[WHAT IS BEING ASKED]
Reproduce, without any change, the span of lines from the opening of the records below to the line containing "FreeCAD Python script", inclusive.

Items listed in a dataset
________________________

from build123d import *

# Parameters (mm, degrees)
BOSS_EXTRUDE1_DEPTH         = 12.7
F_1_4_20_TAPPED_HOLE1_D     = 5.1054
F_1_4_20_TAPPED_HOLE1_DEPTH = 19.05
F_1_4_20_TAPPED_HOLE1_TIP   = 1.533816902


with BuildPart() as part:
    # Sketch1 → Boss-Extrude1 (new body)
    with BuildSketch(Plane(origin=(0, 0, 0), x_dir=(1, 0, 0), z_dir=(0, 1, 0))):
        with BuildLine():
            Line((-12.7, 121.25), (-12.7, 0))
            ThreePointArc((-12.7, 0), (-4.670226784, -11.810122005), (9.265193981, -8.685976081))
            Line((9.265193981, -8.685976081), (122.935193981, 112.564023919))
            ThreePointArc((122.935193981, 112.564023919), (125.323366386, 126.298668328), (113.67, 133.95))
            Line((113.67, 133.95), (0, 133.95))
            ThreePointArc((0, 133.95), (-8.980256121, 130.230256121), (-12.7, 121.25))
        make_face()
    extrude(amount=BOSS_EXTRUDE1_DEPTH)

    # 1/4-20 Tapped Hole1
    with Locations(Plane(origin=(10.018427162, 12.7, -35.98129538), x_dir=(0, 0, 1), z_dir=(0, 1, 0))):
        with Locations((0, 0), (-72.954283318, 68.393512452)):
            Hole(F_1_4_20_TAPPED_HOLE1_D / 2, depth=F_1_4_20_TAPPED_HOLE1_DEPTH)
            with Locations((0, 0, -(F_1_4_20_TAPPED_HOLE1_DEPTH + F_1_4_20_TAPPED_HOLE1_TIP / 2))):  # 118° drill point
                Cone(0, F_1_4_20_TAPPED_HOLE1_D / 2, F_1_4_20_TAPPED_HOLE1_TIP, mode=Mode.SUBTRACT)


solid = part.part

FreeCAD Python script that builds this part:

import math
import FreeCAD as App
import Part
import Sketcher
from FreeCAD import Vector
Q = App.Units.Quantity

doc = App.newDocument("Part")
body = doc.addObject("PartDesign::Body", "Body")

sketch1 = body.newObject("Sketcher::SketchObject", "Sketch")
sketch1.AttachmentSupport = (doc.getObject("XZ_Plane"), [""])
sketch1.MapMode = "FlatFace"
sketch1.addGeometry(Part.LineSegment(Vector(-12.7, -121.25, 0), Vector(-12.7, 0, 0)), False)
sketch1.addGeometry(Part.ArcOfCircle(Part.Circle(Vector(0, 0, 0), Vector(0, 0, 1), 12.7), math.radians(43.151918), math.radians(180)), False)
sketch1.addGeometry(Part.LineSegment(Vector(9.265194, 8.685976, 0), Vector(122.935194, -112.564024, 0)), False)
sketch1.addGeometry(Part.ArcOfCircle(Part.Circle(Vector(113.67, -121.25, 0), Vector(0, 0, 1), 12.7), math.radians(-90), math.radians(43.151918)), False)
sketch1.addGeometry(Part.LineSegment(Vector(113.67, -133.95, 0), Vector(0, -133.95, 0)), False)
sketch1.addGeometry(Part.ArcOfCircle(Part.Circle(Vector(0, -121.25, 0), Vector(0, 0, 1), 12.7), math.radians(180), math.radians(270)), False)
sketch1.addConstraint(Sketcher.Constraint("Tangent", 0, 2, 1, 2))
sketch1.addConstraint(Sketcher.Constraint("Tangent", 1, 1, 2, 1))
sketch1.addConstraint(Sketcher.Constraint("Tangent", 2, 2, 3, 2))
sketch1.addConstraint(Sketcher.Constraint("Tangent", 3, 1, 4, 1))
sketch1.addConstraint(Sketcher.Constraint("Tangent", 4, 2, 5, 2))
sketch1.addConstraint(Sketcher.Constraint("Tangent", 5, 1, 0, 1))
sketch1.addConstraint(Sketcher.Constraint("Vertical", 0))
sketch1.addConstraint(Sketcher.Constraint("Horizontal", 4))
sketch1.addConstraint(Sketcher.Constraint("Coincident", 1, 3, -1, 1))
sketch1.addConstraint(Sketcher.Constraint("Equal", 1, 3))
sketch1.addConstraint(Sketcher.Constraint("Equal", 3, 5))
sketch1.addConstraint(Sketcher.Constraint("Radius", 1, Q("0.5 in")))
sketch1.addConstraint(Sketcher.Constraint("DistanceX", 4, 2, 4, 1, Q("113.67 mm")))
sketch1.addConstraint(Sketcher.Constraint("DistanceY", 0, 1, 0, 2, Q("121.25 mm")))
pad1 = body.newObject("PartDesign::Pad", "Pad")
pad1.Profile = sketch1
pad1.Length = Q("0.5 in")
pad1.Reversed = True

sketch2 = body.newObject("Sketcher::SketchObject", "Sketch001")
sketch2.AttachmentSupport = (doc.getObject("XZ_Plane"), [""])
sketch2.MapMode = "FlatFace"
sketch2.AttachmentOffset = App.Placement(Vector(0, 0, -0.5 * 25.4), App.Rotation())
sketch2.addGeometry(Part.Circle(Vector(10.018427, -35.981295, 0), Vector(0, 0, 1), 2.5527), False)
sketch2.addGeometry(Part.Circle(Vector(78.41194, -108.935579, 0), Vector(0, 0, 1), 2.5527), False)
sketch2.addConstraint(Sketcher.Constraint("Equal", 0, 1))
sketch2.addConstraint(Sketcher.Constraint("Diameter", 0, Q("0.201 in")))
sketch2.addConstraint(Sketcher.Constraint("DistanceX", -1, 1, 1, 3, Q("78.41194 mm")))
sketch2.addConstraint(Sketcher.Constraint("DistanceY", 1, 3, -1, 1, Q("108.935579 mm")))
sketch2.addConstraint(Sketcher.Constraint("DistanceX", -1, 1, 0, 3, Q("10.018427 mm")))
sketch2.addConstraint(Sketcher.Constraint("DistanceY", 0, 3, -1, 1, Q("35.981295 mm")))
doc.recompute()
hole = body.newObject("PartDesign::Hole", "Hole")
hole.Profile = sketch2
hole.ThreadType = "None"
hole.Diameter = Q("0.201 in")
hole.DepthType = "Dimension"
hole.Depth = Q("0.75 in")
hole.DrillPoint = "Angled"
hole.DrillPointAngle = 118
hole.Reversed = True

doc.recompute()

________________________

[WRITTEN ANSWER]
from build123d import *

# Parameters (mm, degrees)
BOSS_EXTRUDE1_DEPTH         = 12.7
F_1_4_20_TAPPED_HOLE1_D     = 5.1054
F_1_4_20_TAPPED_HOLE1_DEPTH = 19.05
F_1_4_20_TAPPED_HOLE1_TIP   = 1.533816902


with BuildPart() as part:
    # Sketch1 → Boss-Extrude1 (new body)
    with BuildSketch(Plane(origin=(0, 0, 0), x_dir=(1, 0, 0), z_dir=(0, 1, 0))):
        with BuildLine():
            Line((-12.7, 121.25), (-12.7, 0))
            ThreePointArc((-12.7, 0), (-4.670226784, -11.810122005), (9.265193981, -8.685976081))
            Line((9.265193981, -8.685976081), (122.935193981, 112.564023919))
            ThreePointArc((122.935193981, 112.564023919), (125.323366386, 126.298668328), (113.67, 133.95))
            Line((113.67, 133.95), (0, 133.95))
            ThreePointArc((0, 133.95), (-8.980256121, 130.230256121), (-12.7, 121.25))
        make_face()
    extrude(amount=BOSS_EXTRUDE1_DEPTH)

    # 1/4-20 Tapped Hole1
    with Locations(Plane(origin=(10.018427162, 12.7, -35.98129538), x_dir=(0, 0, 1), z_dir=(0, 1, 0))):
        with Locations((0, 0), (-72.954283318, 68.393512452)):
            Hole(F_1_4_20_TAPPED_HOLE1_D / 2, depth=F_1_4_20_TAPPED_HOLE1_DEPTH)
            with Locations((0, 0, -(F_1_4_20_TAPPED_HOLE1_DEPTH + F_1_4_20_TAPPED_HOLE1_TIP / 2))):  # 118° drill point
                Cone(0, F_1_4_20_TAPPED_HOLE1_D / 2, F_1_4_20_TAPPED_HOLE1_TIP, mode=Mode.SUBTRACT)


solid = part.part

FreeCAD Python script that builds this part:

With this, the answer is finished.